#### Data extract

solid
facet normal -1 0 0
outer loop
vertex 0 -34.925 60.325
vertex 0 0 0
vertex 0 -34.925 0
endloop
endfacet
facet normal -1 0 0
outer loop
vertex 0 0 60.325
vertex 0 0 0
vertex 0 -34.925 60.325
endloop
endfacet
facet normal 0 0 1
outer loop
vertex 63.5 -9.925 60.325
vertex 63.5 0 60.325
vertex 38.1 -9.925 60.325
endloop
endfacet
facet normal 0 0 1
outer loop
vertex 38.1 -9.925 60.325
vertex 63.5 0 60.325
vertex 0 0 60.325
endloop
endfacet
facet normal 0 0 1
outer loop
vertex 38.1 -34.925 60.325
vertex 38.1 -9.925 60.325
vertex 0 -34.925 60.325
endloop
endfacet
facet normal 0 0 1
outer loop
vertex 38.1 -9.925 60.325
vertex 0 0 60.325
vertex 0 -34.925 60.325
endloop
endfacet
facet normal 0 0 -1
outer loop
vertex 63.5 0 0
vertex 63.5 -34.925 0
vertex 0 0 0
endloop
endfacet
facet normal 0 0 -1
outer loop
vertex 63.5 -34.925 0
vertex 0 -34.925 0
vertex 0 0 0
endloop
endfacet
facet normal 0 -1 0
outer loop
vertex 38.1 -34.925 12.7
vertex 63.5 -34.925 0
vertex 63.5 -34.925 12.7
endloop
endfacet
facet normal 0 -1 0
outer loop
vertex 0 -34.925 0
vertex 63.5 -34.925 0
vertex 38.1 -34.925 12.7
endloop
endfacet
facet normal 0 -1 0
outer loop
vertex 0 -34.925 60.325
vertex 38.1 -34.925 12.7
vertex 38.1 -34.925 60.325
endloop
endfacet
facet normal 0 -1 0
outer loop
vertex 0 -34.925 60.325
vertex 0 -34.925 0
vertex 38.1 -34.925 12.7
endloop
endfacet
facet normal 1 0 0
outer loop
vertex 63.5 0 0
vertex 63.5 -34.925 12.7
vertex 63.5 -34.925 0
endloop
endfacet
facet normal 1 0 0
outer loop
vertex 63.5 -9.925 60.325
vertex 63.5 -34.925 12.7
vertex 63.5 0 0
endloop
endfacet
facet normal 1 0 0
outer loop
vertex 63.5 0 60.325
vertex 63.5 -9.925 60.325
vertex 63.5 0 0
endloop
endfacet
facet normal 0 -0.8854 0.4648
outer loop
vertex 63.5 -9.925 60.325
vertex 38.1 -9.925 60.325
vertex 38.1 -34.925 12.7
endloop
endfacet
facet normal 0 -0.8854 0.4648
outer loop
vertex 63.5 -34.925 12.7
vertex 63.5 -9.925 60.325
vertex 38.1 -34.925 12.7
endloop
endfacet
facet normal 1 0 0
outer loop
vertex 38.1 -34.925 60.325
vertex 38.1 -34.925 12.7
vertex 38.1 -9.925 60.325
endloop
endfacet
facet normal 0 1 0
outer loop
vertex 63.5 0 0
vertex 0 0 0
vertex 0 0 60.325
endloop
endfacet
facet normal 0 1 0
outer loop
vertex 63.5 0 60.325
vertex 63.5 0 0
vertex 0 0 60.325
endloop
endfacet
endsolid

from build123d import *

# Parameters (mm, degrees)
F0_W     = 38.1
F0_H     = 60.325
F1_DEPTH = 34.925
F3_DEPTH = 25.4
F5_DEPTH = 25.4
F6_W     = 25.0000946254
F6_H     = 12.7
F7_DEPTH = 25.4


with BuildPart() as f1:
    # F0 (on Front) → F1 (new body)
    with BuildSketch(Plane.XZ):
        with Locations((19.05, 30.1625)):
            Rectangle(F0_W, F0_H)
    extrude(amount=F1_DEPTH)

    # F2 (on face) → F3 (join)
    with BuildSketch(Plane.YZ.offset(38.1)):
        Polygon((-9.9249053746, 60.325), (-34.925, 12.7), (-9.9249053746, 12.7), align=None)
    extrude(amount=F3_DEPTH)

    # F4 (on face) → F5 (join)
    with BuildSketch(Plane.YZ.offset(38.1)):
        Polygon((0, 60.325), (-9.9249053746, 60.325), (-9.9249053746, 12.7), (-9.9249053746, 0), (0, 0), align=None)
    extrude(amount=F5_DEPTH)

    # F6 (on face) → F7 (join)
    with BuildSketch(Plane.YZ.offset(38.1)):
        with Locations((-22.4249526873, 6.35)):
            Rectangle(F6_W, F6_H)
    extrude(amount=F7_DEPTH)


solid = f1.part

########
#### Data extract

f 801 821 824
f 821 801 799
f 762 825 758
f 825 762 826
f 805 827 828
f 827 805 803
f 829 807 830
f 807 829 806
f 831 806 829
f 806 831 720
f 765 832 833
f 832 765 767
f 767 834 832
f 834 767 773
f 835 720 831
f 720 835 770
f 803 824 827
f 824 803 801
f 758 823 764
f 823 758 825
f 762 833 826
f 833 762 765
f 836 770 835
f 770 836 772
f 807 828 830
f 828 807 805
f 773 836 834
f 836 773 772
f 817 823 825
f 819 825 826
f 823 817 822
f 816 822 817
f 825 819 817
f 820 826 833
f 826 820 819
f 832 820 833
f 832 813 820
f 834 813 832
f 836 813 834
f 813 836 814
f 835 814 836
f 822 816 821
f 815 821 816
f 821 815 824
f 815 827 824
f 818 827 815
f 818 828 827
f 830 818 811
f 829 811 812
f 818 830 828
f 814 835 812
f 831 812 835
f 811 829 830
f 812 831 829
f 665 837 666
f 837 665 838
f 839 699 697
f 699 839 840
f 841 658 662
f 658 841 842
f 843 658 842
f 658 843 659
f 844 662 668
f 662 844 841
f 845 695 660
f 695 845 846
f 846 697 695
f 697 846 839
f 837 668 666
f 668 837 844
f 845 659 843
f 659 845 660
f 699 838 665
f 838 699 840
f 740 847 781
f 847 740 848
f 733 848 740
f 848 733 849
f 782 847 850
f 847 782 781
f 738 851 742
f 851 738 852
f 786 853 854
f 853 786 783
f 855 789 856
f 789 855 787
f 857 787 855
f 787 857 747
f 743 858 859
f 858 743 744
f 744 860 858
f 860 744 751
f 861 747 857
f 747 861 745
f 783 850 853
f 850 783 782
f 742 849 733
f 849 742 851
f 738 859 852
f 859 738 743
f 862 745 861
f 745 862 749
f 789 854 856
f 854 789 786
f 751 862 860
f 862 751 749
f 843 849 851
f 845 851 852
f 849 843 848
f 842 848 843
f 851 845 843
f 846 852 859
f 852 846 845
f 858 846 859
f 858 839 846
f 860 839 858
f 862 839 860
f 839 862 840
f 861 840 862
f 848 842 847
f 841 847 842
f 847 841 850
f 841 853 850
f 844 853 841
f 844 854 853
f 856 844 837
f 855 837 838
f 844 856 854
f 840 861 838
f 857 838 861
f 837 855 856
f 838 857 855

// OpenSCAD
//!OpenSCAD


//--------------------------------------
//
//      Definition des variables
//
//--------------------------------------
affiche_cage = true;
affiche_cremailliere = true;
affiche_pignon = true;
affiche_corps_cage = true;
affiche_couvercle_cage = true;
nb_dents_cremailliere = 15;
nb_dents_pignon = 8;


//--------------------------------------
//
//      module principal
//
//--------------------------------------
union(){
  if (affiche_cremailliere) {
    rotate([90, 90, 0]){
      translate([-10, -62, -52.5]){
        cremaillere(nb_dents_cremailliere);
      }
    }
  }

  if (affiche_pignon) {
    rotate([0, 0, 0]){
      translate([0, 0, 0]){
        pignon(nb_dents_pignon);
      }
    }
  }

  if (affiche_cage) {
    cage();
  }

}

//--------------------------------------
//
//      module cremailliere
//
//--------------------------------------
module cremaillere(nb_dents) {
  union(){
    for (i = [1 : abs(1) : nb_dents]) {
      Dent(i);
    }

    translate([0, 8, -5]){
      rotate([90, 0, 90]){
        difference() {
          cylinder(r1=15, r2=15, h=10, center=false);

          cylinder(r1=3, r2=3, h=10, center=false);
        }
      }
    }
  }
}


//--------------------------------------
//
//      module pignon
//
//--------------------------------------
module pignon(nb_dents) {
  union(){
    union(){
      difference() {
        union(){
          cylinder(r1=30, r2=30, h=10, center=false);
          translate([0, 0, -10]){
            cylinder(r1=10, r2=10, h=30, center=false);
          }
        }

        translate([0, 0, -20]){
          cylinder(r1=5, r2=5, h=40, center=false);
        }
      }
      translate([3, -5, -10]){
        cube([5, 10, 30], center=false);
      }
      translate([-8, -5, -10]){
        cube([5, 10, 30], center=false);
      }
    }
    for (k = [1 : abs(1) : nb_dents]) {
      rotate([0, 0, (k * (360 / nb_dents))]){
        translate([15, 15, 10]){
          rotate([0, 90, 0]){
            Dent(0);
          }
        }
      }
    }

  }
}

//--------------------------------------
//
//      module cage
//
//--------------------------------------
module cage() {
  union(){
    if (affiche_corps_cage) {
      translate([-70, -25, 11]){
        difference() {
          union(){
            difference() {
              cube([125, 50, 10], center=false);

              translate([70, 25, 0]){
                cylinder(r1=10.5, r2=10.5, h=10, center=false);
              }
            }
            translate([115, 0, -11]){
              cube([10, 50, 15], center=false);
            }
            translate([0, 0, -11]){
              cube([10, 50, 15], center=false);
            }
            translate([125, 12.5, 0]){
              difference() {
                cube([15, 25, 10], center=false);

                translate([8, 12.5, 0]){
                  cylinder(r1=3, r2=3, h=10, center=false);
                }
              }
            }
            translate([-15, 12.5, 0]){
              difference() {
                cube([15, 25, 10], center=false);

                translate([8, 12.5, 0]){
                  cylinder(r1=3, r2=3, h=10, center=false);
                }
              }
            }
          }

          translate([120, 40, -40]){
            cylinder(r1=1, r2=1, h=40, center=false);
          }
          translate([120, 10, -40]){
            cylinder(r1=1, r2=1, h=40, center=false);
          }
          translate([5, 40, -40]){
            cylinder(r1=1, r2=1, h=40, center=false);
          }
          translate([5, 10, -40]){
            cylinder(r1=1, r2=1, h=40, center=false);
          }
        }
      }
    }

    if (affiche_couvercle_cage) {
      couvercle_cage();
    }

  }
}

########

» What you have to do
Could you repeat exactly the lines in the listing above from the one with "f 807 829 806" down to the one with "f 846 697 695"? Include both of those lines.

» Reply
f 807 829 806
f 831 806 829
f 806 831 720
f 765 832 833
f 832 765 767
f 767 834 832
f 834 767 773
f 835 720 831
f 720 835 770
f 803 824 827
f 824 803 801
f 758 823 764
f 823 758 825
f 762 833 826
f 833 762 765
f 836 770 835
f 770 836 772
f 807 828 830
f 828 807 805
f 773 836 834
f 836 773 772
f 817 823 825
f 819 825 826
f 823 817 822
f 816 822 817
f 825 819 817
f 820 826 833
f 826 820 819
f 832 820 833
f 832 813 820
f 834 813 832
f 836 813 834
f 813 836 814
f 835 814 836
f 822 816 821
f 815 821 816
f 821 815 824
f 815 827 824
f 818 827 815
f 818 828 827
f 830 818 811
f 829 811 812
f 818 830 828
f 814 835 812
f 831 812 835
f 811 829 830
f 812 831 829
f 665 837 666
f 837 665 838
f 839 699 697
f 699 839 840
f 841 658 662
f 658 841 842
f 843 658 842
f 658 843 659
f 844 662 668
f 662 844 841
f 845 695 660
f 695 845 846
f 846 697 695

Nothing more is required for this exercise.